I have worked for Goldman Sachs for 25 years. I earned my MBA at NYU and passed the CPA, which was a “piece of cake” compared to studying Spanish in Mexico City!  Accountability, integrity, transparency, and a commitment to diversity are central to my happiness. I am thrilled to work for a firm that pursues these ideals and to participate in a profession that demands them.

IES Abroad: Do you still use your Spanish skills today?
: I am active in my firm’s Hispanic network. I use my Spanish in an intentional manner to reach out to new hires, to network, to recruit, and to mentor. Spanish can often help transcend the superficial barriers that may prevent a conversation, and it can help pave the way for longer-term friendships.

IES Abroad: Your children have followed in your footsteps by studying abroad. Tell us a little about their experiences.
BSJ: Our son, Max, studied in Vienna with IES Abroad this past fall and loved it. It is ironic that his return from Vienna was almost 30 years to the day that I arrived in Mexico City. Max learned German, traveled through Europe, and made new friends. Our daughter, Natalie, participated with a research team in Namibia, Africa, last summer.
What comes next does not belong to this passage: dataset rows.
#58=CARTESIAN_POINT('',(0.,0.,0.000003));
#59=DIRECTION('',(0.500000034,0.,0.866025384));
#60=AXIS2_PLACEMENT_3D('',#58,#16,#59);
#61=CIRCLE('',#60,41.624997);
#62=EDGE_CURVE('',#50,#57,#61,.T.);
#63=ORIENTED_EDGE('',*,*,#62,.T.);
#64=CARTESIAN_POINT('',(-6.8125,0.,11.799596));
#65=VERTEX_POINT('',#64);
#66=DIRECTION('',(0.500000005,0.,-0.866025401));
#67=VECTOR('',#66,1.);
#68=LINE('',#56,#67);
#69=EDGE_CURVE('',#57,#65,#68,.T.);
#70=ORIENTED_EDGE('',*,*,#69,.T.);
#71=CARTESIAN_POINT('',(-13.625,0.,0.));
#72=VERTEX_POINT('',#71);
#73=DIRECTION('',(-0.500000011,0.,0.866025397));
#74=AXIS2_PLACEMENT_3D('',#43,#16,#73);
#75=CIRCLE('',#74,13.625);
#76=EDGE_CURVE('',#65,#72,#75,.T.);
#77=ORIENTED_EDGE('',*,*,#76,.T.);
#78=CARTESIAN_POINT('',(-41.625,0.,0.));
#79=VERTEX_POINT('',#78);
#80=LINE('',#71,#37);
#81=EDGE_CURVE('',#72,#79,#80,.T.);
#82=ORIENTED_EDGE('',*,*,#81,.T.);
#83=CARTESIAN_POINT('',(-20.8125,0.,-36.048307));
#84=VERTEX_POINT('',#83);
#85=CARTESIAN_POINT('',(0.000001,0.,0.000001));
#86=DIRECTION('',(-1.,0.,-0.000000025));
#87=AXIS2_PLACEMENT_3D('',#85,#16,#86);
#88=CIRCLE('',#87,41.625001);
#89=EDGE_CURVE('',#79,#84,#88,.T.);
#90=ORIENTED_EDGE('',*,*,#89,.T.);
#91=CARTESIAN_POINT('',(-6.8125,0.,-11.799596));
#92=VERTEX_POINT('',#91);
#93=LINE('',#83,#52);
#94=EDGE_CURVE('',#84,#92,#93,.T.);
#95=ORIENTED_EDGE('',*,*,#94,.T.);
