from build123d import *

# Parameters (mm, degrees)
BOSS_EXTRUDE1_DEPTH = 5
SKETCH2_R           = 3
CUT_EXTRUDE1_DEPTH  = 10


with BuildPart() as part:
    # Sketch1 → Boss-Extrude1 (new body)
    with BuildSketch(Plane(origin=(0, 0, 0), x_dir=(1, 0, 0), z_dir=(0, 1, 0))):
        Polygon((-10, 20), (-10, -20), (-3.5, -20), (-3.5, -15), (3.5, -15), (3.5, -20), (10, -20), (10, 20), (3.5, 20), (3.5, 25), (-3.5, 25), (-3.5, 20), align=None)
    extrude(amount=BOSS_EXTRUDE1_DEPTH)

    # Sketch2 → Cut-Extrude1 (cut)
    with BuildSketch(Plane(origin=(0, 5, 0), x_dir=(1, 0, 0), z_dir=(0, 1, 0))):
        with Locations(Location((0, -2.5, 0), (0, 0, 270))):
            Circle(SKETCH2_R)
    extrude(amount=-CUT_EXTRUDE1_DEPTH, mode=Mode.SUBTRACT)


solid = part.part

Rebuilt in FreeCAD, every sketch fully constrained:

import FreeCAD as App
import Part
import Sketcher

V = App.Vector
Q = App.Units.Quantity

doc = App.newDocument("Part")
params = doc.addObject("Spreadsheet::Sheet", "Params")
for row, (alias, value) in enumerate([
    ("sketch1_width", "7 mm"),
    ("sketch1_height", "40 mm"),
    ("sketch1_height2", "5 mm"),
    ("sketch1_width2", "6.5 mm"),
    ("pad1_length", "5 mm"),
    ("sketch2_diameter", "6 mm"),
    ("pocket1_length", "10 mm"),
], start=1):
    params.set(f"A{row}", alias)
    params.set(f"B{row}", "=" + value)
    params.setAlias(f"B{row}", alias)

body = doc.addObject("PartDesign::Body", "Body")

# Sketch on XZ plane
sketch1 = body.newObject("Sketcher::SketchObject", "Sketch")
sketch1.AttachmentSupport = (doc.getObject("XZ_Plane"), [""])
sketch1.MapMode = "FlatFace"
sketch1.addGeometry(Part.LineSegment(V(-10, -20, 0), V(-10, 20, 0)), False)
sketch1.addGeometry(Part.LineSegment(V(-10, 20, 0), V(-4, 20, 0)), False)
sketch1.addGeometry(Part.LineSegment(V(-4, 20, 0), V(-4, 15, 0)), False)
sketch1.addGeometry(Part.LineSegment(V(-4, 15, 0), V(4, 15, 0)), False)
sketch1.addGeometry(Part.LineSegment(V(4, 15, 0), V(4, 20, 0)), False)
sketch1.addGeometry(Part.LineSegment(V(4, 20, 0), V(10, 20, 0)), False)
sketch1.addGeometry(Part.LineSegment(V(10, 20, 0), V(10, -20, 0)), False)
sketch1.addGeometry(Part.LineSegment(V(10, -20, 0), V(4, -20, 0)), False)
sketch1.addGeometry(Part.LineSegment(V(4, -20, 0), V(4, -25, 0)), False)
sketch1.addGeometry(Part.LineSegment(V(4, -25, 0), V(-4, -25, 0)), False)
sketch1.addGeometry(Part.LineSegment(V(-4, -25, 0), V(-4, -20, 0)), False)
sketch1.addGeometry(Part.LineSegment(V(-4, -20, 0), V(-10, -20, 0)), False)
sketch1.addConstraint(Sketcher.Constraint("Coincident", 0, 2, 1, 1))
sketch1.addConstraint(Sketcher.Constraint("Coincident", 1, 2, 2, 1))
sketch1.addConstraint(Sketcher.Constraint("Coincident", 2, 2, 3, 1))
sketch1.addConstraint(Sketcher.Constraint("Coincident", 3, 2, 4, 1))
sketch1.addConstraint(Sketcher.Constraint("Coincident", 4, 2, 5, 1))
sketch1.addConstraint(Sketcher.Constraint("Coincident", 5, 2, 6, 1))
sketch1.addConstraint(Sketcher.Constraint("Coincident", 6, 2, 7, 1))
sketch1.addConstraint(Sketcher.Constraint("Coincident", 7, 2, 8, 1))
sketch1.addConstraint(Sketcher.Constraint("Coincident", 8, 2, 9, 1))
sketch1.addConstraint(Sketcher.Constraint("Coincident", 9, 2, 10, 1))
sketch1.addConstraint(Sketcher.Constraint("Coincident", 10, 2, 11, 1))
sketch1.addConstraint(Sketcher.Constraint("Coincident", 11, 2, 0, 1))
sketch1.addConstraint(Sketcher.Constraint("Vertical", 0))
sketch1.addConstraint(Sketcher.Constraint("Horizontal", 1))
sketch1.addConstraint(Sketcher.Constraint("Vertical", 2))
sketch1.addConstraint(Sketcher.Constraint("Horizontal", 3))
sketch1.addConstraint(Sketcher.Constraint("Vertical", 4))
sketch1.addConstraint(Sketcher.Constraint("Horizontal", 5))
sketch1.addConstraint(Sketcher.Constraint("Vertical", 6))
sketch1.addConstraint(Sketcher.Constraint("Horizontal", 7))
sketch1.addConstraint(Sketcher.Constraint("Vertical", 8))
sketch1.addConstraint(Sketcher.Constraint("Horizontal", 9))
sketch1.addConstraint(Sketcher.Constraint("Vertical", 10))
sketch1.addConstraint(Sketcher.Constraint("Horizontal", 11))
sketch1.addConstraint(Sketcher.Constraint("Symmetric", 0, 2, 6, 2, -1, 1))
sketch1.addConstraint(Sketcher.Constraint("Symmetric", 4, 2, 10, 2, -1, 1))
sketch1.addConstraint(Sketcher.Constraint("Symmetric", 1, 2, 4, 2, -2))
sketch1.addConstraint(Sketcher.Constraint("Vertical", 4, 2, 7, 2))
sketch1.addConstraint(Sketcher.Constraint("Equal", 4, 8))
sketch1.addConstraint(Sketcher.Constraint("DistanceX", 3, 1, 3, 2, Q("7 mm")))
sketch1.addConstraint(Sketcher.Constraint("DistanceY", 0, 1, 0, 2, Q("40 mm")))
sketch1.addConstraint(Sketcher.Constraint("DistanceY", 2, 2, 2, 1, Q("5 mm")))
sketch1.addConstraint(Sketcher.Constraint("DistanceX", 1, 1, 1, 2, Q("6.5 mm")))
sketch1.setExpression("Constraints[29]", "Params.sketch1_width")
sketch1.setExpression("Constraints[30]", "Params.sketch1_height")
sketch1.setExpression("Constraints[31]", "Params.sketch1_height2")
sketch1.setExpression("Constraints[32]", "Params.sketch1_width2")
pad1 = body.newObject("PartDesign::Pad", "Pad")
pad1.Profile = sketch1
pad1.setExpression("Length", "Params.pad1_length")
pad1.Reversed = True

# Sketch on XZ plane
sketch2 = body.newObject("Sketcher::SketchObject", "Sketch001")
sketch2.AttachmentSupport = (doc.getObject("XZ_Plane"), [""])
sketch2.MapMode = "FlatFace"
sketch2.AttachmentOffset = App.Placement(V(0, 0, -5), App.Rotation())
sketch2.addGeometry(Part.Circle(V(0, 2.5, 0), V(0, 0, 1), 3), False)
sketch2.addConstraint(Sketcher.Constraint("PointOnObject", 0, 3, -2))
sketch2.addConstraint(Sketcher.Constraint("Diameter", 0, Q("6 mm")))
sketch2.addConstraint(Sketcher.Constraint("DistanceY", -1, 1, 0, 3, Q("2.5 mm")))
sketch2.setExpression("Constraints[1]", "Params.sketch2_diameter")
pocket1 = body.newObject("PartDesign::Pocket", "Pocket")
pocket1.Profile = sketch2
pocket1.setExpression("Length", "Params.pocket1_length")
pocket1.Reversed = True

doc.recompute()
IES Abroad: Has your experience abroad shaped how you raised your children?
: At ITAM, I took a philosophy class with an instructor who was focused on “The Art of Laughter and Memory.” From that, I learned that although intense study, hard work, and graduations do matter, they risk making us too serious. So I tried to raise my children to take themselves a little less seriously, remembering to laugh quickly and often, especially at humbling experiences and awkward situations. Developing a sense of humor, and knowing how to laugh, even while working hard, is “how we roll.” My hope is that they will continue remembering, learning and laughing for at least the next 30 years!

IES Abroad: What advice would you give students who are thinking of studying or interning abroad?
BSJ: Do it. Don’t fret so much over logistics or money. Grants and loans are available. IES Abroad, in particular, is committed to helping you study abroad, and many IES Abroad alumni contribute toward these scholarships. Don’t worry if you don’t have a perfect plan of study. The bigger picture is about new experiences, new ideas and new friendships. It will offer you the experience of getting around in a foreign country, and it will leave you with invaluable life lessons, memories and friendships. Good luck!